I gripped the phone, I forgot the bourbon. “Gregor?”
“Could be,” Carter said. “Or Galden. Hell, maybe both. I’m grabbing any footage that comes out of the area, but this was clean. No prints, no witnesses.”
“Keep digging,” I ordered. “And have someone check on Valenticia. She’s not safe.”
“Already done,” Carter said. “But Boss, there’s another thing on these servers; Gideon located another file. It’s that bid on your land deal. Somebody accessed it before the crash.”

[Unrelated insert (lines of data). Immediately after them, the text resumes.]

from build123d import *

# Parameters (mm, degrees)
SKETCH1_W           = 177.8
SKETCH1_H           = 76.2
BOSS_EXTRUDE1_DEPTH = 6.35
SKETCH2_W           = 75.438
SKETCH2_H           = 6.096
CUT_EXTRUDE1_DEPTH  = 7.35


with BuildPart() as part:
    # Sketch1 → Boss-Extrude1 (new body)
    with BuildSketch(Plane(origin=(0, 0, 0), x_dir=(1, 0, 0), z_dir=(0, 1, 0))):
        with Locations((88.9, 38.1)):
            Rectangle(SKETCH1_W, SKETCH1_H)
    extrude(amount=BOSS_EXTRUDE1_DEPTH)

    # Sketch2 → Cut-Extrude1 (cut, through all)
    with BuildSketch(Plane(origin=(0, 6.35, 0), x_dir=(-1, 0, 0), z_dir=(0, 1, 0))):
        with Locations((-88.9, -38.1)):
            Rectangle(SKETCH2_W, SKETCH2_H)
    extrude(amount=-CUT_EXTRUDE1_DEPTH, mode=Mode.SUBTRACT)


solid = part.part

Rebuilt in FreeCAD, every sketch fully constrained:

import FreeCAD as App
import Part
import Sketcher
from FreeCAD import Vector
Q = App.Units.Quantity

doc = App.newDocument("Part")
body = doc.addObject("PartDesign::Body", "Body")

sketch1 = body.newObject("Sketcher::SketchObject", "Sketch")
sketch1.AttachmentSupport = (doc.getObject("XZ_Plane"), [""])
sketch1.MapMode = "FlatFace"
sketch1.addGeometry([
    Part.LineSegment(Vector(0, -76, 0), Vector(0, 0, 0)),
    Part.LineSegment(Vector(0, 0, 0), Vector(178, 0, 0)),
    Part.LineSegment(Vector(178, 0, 0), Vector(178, -76, 0)),
    Part.LineSegment(Vector(178, -76, 0), Vector(0, -76, 0)),
], False)
sketch1.addConstraint([
    Sketcher.Constraint("Coincident", 0, 2, 1, 1),
    Sketcher.Constraint("Coincident", 1, 2, 2, 1),
    Sketcher.Constraint("Coincident", 2, 2, 3, 1),
    Sketcher.Constraint("Coincident", 3, 2, 0, 1),
    Sketcher.Constraint("Vertical", 0),
    Sketcher.Constraint("Horizontal", 1),
    Sketcher.Constraint("Vertical", 2),
    Sketcher.Constraint("Horizontal", 3),
    Sketcher.Constraint("Coincident", 0, 2, -1, 1),
    Sketcher.Constraint("DistanceX", 1, 1, 1, 2, Q("7 in")),
    Sketcher.Constraint("DistanceY", 0, 1, 0, 2, Q("3 in")),
])
pad1 = body.newObject("PartDesign::Pad", "Pad")
pad1.Profile = sketch1
pad1.Length = Q("0.25 in")
pad1.Reversed = True

sketch2 = body.newObject("Sketcher::SketchObject", "Sketch001")
sketch2.AttachmentSupport = (doc.getObject("XZ_Plane"), [""])
sketch2.MapMode = "FlatFace"
sketch2.AttachmentOffset = App.Placement(Vector(0, 0, -0.25 * 25.4), App.Rotation())
sketch2.addGeometry([
    Part.LineSegment(Vector(127, -35, 0), Vector(127, -41, 0)),
    Part.LineSegment(Vector(127, -41, 0), Vector(51, -41, 0)),
    Part.LineSegment(Vector(51, -41, 0), Vector(51, -35, 0)),
    Part.LineSegment(Vector(51, -35, 0), Vector(127, -35, 0)),
], False)
sketch2.addConstraint([
    Sketcher.Constraint("Coincident", 0, 2, 1, 1),
    Sketcher.Constraint("Coincident", 1, 2, 2, 1),
    Sketcher.Constraint("Coincident", 2, 2, 3, 1),
    Sketcher.Constraint("Coincident", 3, 2, 0, 1),
    Sketcher.Constraint("Vertical", 0),
    Sketcher.Constraint("Horizontal", 1),
    Sketcher.Constraint("Vertical", 2),
    Sketcher.Constraint("Horizontal", 3),
    Sketcher.Constraint("DistanceX", 1, 2, 1, 1, Q("2.97 in")),
    Sketcher.Constraint("DistanceY", 0, 2, 0, 1, Q("0.24 in")),
    Sketcher.Constraint("DistanceY", 0, 2, -1, 1, Q("1.62 in")),
    Sketcher.Constraint("DistanceX", -1, 1, 0, 2, Q("4.985 in")),
])
pocket1 = body.newObject("PartDesign::Pocket", "Pocket")
pocket1.Profile = sketch2
pocket1.Type = "ThroughAll"
pocket1.Reversed = True

doc.recompute()
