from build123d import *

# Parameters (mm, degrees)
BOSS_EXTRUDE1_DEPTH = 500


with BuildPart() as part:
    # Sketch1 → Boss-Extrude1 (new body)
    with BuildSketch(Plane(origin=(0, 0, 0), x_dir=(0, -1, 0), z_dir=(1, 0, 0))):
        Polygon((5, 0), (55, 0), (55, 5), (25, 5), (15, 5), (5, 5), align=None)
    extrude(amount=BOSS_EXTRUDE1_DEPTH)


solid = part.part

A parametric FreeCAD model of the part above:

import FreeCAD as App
import Part
import Sketcher
Q = App.Units.Quantity


def add_polygon(sketch, points):
    """Adds a closed chain of lines whose ends are joined by coincident constraints."""
    first, n = sketch.GeometryCount, len(points)
    for a, b in zip(points, points[1:] + points[:1]):
        sketch.addGeometry(Part.LineSegment(App.Vector(*a, 0), App.Vector(*b, 0)), False)
    for i in range(n):
        sketch.addConstraint(Sketcher.Constraint("Coincident", first + i, 2, first + (i + 1) % n, 1))

doc = App.newDocument("Part")
body = doc.addObject("PartDesign::Body", "Body")

# Sketch on YZ plane
sketch1 = body.newObject("Sketcher::SketchObject", "Sketch")
sketch1.AttachmentSupport = (doc.getObject("YZ_Plane"), [""])
sketch1.MapMode = "FlatFace"
add_polygon(sketch1, [(-5, 0), (-55, 0), (-55, -5), (-5, -5)])  # lines 0-3
sketch1.addConstraint([
    Sketcher.Constraint("Horizontal", 0),
    Sketcher.Constraint("Vertical", 1),
    Sketcher.Constraint("Horizontal", 2),
    Sketcher.Constraint("Vertical", 3),
    Sketcher.Constraint("PointOnObject", 0, 2, -1),
    Sketcher.Constraint("DistanceX", 0, 2, 0, 1, Q("50 mm")),
    Sketcher.Constraint("DistanceY", 1, 2, 1, 1, Q("5 mm")),
    Sketcher.Constraint("DistanceX", 0, 2, -1, 1, Q("55 mm")),
])
pad1 = body.newObject("PartDesign::Pad", "Pad")
pad1.Profile = sketch1
pad1.Length = 500

doc.recompute()
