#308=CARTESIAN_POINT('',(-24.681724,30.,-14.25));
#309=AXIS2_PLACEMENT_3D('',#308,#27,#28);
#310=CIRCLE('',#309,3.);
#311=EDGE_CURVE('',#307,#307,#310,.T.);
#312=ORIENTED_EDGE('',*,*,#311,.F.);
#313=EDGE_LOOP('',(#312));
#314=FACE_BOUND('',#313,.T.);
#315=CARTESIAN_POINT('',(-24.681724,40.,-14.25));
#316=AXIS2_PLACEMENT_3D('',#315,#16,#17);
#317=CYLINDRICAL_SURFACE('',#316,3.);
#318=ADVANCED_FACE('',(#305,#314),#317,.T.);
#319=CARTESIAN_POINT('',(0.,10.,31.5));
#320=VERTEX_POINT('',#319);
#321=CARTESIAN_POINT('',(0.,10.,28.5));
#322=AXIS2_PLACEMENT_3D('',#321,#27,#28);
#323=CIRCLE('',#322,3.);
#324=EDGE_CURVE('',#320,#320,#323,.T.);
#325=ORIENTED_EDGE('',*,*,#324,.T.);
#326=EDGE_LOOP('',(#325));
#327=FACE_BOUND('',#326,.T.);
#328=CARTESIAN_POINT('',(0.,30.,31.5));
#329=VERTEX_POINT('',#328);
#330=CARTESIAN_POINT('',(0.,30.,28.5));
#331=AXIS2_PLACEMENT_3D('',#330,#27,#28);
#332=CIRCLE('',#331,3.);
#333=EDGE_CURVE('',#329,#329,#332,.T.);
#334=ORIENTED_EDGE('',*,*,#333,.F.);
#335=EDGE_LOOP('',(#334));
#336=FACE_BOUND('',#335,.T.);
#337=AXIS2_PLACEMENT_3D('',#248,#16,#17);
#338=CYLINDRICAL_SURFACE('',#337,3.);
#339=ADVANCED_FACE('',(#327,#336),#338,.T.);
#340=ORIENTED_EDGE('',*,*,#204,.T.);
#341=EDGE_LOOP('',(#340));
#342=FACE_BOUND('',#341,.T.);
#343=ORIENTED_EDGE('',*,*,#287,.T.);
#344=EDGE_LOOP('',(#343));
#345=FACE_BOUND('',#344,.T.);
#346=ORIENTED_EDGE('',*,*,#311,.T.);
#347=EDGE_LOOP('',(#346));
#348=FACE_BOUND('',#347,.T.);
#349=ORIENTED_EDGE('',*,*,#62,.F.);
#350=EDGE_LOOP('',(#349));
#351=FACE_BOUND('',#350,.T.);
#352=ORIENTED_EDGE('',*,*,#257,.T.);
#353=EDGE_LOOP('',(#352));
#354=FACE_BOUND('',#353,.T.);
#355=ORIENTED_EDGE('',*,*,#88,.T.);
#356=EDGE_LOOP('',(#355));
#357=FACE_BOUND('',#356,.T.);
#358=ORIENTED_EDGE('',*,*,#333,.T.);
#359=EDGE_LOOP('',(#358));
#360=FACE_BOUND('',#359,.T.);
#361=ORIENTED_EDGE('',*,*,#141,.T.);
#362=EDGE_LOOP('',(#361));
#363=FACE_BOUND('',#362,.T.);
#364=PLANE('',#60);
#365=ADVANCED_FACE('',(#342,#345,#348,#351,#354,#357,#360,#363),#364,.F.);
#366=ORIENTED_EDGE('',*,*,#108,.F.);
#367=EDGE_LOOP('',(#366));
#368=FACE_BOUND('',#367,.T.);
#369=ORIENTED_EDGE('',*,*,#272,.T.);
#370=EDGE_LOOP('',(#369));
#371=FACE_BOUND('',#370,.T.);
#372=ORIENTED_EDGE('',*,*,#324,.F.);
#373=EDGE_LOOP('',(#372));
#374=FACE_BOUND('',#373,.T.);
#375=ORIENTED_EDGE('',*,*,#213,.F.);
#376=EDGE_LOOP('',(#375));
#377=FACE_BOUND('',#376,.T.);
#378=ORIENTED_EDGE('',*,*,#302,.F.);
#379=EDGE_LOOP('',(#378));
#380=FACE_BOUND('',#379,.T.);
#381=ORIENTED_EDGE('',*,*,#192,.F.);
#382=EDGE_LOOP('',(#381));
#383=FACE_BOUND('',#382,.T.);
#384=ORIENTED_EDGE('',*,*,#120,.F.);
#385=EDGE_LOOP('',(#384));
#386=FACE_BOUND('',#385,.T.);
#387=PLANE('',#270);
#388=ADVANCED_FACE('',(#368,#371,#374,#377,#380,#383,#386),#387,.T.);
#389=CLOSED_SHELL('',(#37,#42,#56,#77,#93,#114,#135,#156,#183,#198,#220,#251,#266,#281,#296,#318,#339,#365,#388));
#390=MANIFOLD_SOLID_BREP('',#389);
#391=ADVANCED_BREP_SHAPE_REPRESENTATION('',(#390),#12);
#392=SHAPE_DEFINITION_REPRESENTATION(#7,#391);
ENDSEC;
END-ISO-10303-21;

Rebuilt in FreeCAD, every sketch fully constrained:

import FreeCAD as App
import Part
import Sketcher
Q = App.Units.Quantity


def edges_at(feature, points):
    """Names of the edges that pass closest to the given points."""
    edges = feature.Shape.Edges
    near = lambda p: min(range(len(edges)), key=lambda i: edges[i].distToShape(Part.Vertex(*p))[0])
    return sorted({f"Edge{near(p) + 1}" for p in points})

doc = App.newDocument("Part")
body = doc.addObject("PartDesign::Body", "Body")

The words hit like a punch.
My bid for a big play in the purchase of these lands was worth billions, and that was my leverage in this city. If Galden or Gregor had it, they could wreck everything. I made my way over to the safe in my study, heart pounding. The security code worked, the door flew open and I felt my stomach dropped. The folder was gone. Just a blank where my future should have been.
The sound of footsteps from the living room stopped me cold.
Instinct took over, my hand going for the Glock in my drawer.
Stealthily, I hid in the shadows of the penthouse.
I scanned the room, and, nothing.
And then a soft hiss, a flash of light just outside the window.
The glass shattered, flames bursting as it landed on the floor.
I rolled into cover, the heat burning my flesh, the flames engulfing the darkness.